→ **Directions for this task**
This exercise needs all of the entries set down again, exactly as they read.

==*==

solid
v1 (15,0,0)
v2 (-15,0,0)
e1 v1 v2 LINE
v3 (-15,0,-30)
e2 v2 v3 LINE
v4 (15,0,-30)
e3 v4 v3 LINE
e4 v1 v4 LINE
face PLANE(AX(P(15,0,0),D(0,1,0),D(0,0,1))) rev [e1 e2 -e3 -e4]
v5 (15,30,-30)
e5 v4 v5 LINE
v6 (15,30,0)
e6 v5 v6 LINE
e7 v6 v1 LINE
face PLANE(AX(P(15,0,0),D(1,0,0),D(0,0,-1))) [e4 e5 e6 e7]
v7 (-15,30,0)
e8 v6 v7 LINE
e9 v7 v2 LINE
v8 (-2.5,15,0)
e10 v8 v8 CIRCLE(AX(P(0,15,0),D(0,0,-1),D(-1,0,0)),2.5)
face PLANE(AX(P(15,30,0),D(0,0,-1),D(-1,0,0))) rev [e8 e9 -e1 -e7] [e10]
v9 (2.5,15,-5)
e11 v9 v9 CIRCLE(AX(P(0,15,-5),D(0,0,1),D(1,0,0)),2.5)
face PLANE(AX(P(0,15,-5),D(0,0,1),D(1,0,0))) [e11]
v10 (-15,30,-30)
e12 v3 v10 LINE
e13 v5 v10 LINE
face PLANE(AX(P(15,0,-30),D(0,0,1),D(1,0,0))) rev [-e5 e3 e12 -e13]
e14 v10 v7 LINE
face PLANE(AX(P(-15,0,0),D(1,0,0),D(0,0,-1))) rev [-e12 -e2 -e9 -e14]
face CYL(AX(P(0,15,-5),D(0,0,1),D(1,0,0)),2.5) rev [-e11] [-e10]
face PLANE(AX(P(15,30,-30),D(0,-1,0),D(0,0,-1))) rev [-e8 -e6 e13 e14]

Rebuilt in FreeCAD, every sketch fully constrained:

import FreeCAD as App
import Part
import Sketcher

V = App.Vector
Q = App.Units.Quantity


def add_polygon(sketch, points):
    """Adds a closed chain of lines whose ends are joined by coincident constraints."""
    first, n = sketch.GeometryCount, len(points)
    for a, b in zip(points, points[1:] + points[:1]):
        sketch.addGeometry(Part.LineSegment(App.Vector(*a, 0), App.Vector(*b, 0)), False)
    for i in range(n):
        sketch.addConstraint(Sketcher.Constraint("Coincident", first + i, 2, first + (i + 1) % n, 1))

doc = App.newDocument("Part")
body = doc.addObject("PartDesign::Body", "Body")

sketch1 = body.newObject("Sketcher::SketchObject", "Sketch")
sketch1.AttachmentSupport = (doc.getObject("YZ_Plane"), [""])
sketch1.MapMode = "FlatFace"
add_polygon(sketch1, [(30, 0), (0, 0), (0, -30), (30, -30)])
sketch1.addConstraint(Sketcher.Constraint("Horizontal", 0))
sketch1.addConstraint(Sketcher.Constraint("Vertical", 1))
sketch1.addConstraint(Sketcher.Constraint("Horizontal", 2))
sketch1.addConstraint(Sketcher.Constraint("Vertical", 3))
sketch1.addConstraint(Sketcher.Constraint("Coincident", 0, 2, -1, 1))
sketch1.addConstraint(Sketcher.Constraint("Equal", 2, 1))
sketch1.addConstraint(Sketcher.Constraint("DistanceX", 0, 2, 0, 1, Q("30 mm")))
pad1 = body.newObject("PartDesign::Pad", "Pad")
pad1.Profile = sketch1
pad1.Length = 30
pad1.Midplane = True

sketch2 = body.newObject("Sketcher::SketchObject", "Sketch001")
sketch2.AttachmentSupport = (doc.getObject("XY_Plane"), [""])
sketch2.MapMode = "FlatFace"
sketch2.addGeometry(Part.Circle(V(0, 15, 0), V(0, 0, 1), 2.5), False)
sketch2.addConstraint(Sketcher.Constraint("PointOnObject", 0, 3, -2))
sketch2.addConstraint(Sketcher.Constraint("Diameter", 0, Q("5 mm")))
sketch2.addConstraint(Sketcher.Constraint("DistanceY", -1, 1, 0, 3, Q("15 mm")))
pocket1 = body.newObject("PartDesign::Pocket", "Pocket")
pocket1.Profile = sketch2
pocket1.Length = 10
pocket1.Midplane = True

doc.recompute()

==*==

→ **Problem solution**
solid
v1 (15,0,0)
v2 (-15,0,0)
e1 v1 v2 LINE
v3 (-15,0,-30)
e2 v2 v3 LINE
v4 (15,0,-30)
e3 v4 v3 LINE
e4 v1 v4 LINE
face PLANE(AX(P(15,0,0),D(0,1,0),D(0,0,1))) rev [e1 e2 -e3 -e4]
v5 (15,30,-30)
e5 v4 v5 LINE
v6 (15,30,0)
e6 v5 v6 LINE
e7 v6 v1 LINE
face PLANE(AX(P(15,0,0),D(1,0,0),D(0,0,-1))) [e4 e5 e6 e7]
v7 (-15,30,0)
e8 v6 v7 LINE
e9 v7 v2 LINE
v8 (-2.5,15,0)
e10 v8 v8 CIRCLE(AX(P(0,15,0),D(0,0,-1),D(-1,0,0)),2.5)
face PLANE(AX(P(15,30,0),D(0,0,-1),D(-1,0,0))) rev [e8 e9 -e1 -e7] [e10]
v9 (2.5,15,-5)
e11 v9 v9 CIRCLE(AX(P(0,15,-5),D(0,0,1),D(1,0,0)),2.5)
face PLANE(AX(P(0,15,-5),D(0,0,1),D(1,0,0))) [e11]
v10 (-15,30,-30)
e12 v3 v10 LINE
e13 v5 v10 LINE
face PLANE(AX(P(15,0,-30),D(0,0,1),D(1,0,0))) rev [-e5 e3 e12 -e13]
e14 v10 v7 LINE
face PLANE(AX(P(-15,0,0),D(1,0,0),D(0,0,-1))) rev [-e12 -e2 -e9 -e14]
face CYL(AX(P(0,15,-5),D(0,0,1),D(1,0,0)),2.5) rev [-e11] [-e10]
face PLANE(AX(P(15,30,-30),D(0,-1,0),D(0,0,-1))) rev [-e8 -e6 e13 e14]

Rebuilt in FreeCAD, every sketch fully constrained:

import FreeCAD as App
import Part
import Sketcher

V = App.Vector
Q = App.Units.Quantity


def add_polygon(sketch, points):
    """Adds a closed chain of lines whose ends are joined by coincident constraints."""
    first, n = sketch.GeometryCount, len(points)
    for a, b in zip(points, points[1:] + points[:1]):
        sketch.addGeometry(Part.LineSegment(App.Vector(*a, 0), App.Vector(*b, 0)), False)
    for i in range(n):
        sketch.addConstraint(Sketcher.Constraint("Coincident", first + i, 2, first + (i + 1) % n, 1))

doc = App.newDocument("Part")
body = doc.addObject("PartDesign::Body", "Body")

sketch1 = body.newObject("Sketcher::SketchObject", "Sketch")
sketch1.AttachmentSupport = (doc.getObject("YZ_Plane"), [""])
sketch1.MapMode = "FlatFace"
add_polygon(sketch1, [(30, 0), (0, 0), (0, -30), (30, -30)])
sketch1.addConstraint(Sketcher.Constraint("Horizontal", 0))
sketch1.addConstraint(Sketcher.Constraint("Vertical", 1))
sketch1.addConstraint(Sketcher.Constraint("Horizontal", 2))
sketch1.addConstraint(Sketcher.Constraint("Vertical", 3))
sketch1.addConstraint(Sketcher.Constraint("Coincident", 0, 2, -1, 1))
sketch1.addConstraint(Sketcher.Constraint("Equal", 2, 1))
sketch1.addConstraint(Sketcher.Constraint("DistanceX", 0, 2, 0, 1, Q("30 mm")))
pad1 = body.newObject("PartDesign::Pad", "Pad")
pad1.Profile = sketch1
pad1.Length = 30
pad1.Midplane = True

sketch2 = body.newObject("Sketcher::SketchObject", "Sketch001")
sketch2.AttachmentSupport = (doc.getObject("XY_Plane"), [""])
sketch2.MapMode = "FlatFace"
sketch2.addGeometry(Part.Circle(V(0, 15, 0), V(0, 0, 1), 2.5), False)
sketch2.addConstraint(Sketcher.Constraint("PointOnObject", 0, 3, -2))
sketch2.addConstraint(Sketcher.Constraint("Diameter", 0, Q("5 mm")))
sketch2.addConstraint(Sketcher.Constraint("DistanceY", -1, 1, 0, 3, Q("15 mm")))
pocket1 = body.newObject("PartDesign::Pocket", "Pocket")
pocket1.Profile = sketch2
pocket1.Length = 10
pocket1.Midplane = True

doc.recompute()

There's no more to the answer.